Saved data entries
• • •
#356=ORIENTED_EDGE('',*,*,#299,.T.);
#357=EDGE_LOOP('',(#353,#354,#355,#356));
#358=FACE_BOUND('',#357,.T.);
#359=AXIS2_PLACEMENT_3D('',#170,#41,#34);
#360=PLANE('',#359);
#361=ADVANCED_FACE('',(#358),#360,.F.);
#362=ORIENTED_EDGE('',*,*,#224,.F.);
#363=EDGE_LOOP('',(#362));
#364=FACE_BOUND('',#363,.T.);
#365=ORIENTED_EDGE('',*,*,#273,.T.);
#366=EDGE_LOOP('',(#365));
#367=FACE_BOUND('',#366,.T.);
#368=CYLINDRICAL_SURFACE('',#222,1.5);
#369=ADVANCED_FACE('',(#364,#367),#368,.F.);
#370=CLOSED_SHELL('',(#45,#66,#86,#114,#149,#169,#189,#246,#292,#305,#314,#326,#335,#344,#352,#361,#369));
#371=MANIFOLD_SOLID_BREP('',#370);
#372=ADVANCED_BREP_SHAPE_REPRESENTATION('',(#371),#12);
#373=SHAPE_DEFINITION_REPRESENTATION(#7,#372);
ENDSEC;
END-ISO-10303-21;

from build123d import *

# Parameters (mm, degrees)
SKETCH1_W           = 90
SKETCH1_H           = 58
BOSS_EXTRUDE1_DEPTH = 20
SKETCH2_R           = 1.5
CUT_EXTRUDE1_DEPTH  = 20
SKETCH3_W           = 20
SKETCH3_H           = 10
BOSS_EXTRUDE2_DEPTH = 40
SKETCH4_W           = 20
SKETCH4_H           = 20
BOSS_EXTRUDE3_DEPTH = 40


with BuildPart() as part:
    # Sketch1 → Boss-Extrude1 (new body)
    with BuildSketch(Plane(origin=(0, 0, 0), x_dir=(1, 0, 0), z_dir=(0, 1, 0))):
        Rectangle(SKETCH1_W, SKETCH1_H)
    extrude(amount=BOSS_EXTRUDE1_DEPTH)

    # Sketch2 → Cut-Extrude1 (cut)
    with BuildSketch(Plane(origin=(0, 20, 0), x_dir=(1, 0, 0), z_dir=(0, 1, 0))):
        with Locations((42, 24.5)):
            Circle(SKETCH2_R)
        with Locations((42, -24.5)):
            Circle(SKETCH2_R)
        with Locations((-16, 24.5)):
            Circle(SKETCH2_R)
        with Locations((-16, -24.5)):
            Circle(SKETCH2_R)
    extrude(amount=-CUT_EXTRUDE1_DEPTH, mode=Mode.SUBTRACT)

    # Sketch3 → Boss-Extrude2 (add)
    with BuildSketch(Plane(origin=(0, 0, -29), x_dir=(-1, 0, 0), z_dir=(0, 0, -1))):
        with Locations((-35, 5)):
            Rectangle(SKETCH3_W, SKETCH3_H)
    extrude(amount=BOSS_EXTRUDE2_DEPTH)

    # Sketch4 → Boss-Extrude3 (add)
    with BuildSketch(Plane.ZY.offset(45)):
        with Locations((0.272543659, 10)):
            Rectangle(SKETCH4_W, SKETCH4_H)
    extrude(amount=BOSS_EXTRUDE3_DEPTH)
• • •
Return exactly the lines in the records above, beginning with the one that holds "extrude(amount=-CUT_EXTRUDE1_DEPTH, mode=Mode.SUBTRACT)" and ending with the last.

    extrude(amount=-CUT_EXTRUDE1_DEPTH, mode=Mode.SUBTRACT)

    # Sketch3 → Boss-Extrude2 (add)
    with BuildSketch(Plane(origin=(0, 0, -29), x_dir=(-1, 0, 0), z_dir=(0, 0, -1))):
        with Locations((-35, 5)):
            Rectangle(SKETCH3_W, SKETCH3_H)
    extrude(amount=BOSS_EXTRUDE2_DEPTH)

    # Sketch4 → Boss-Extrude3 (add)
    with BuildSketch(Plane.ZY.offset(45)):
        with Locations((0.272543659, 10)):
            Rectangle(SKETCH4_W, SKETCH4_H)
    extrude(amount=BOSS_EXTRUDE3_DEPTH)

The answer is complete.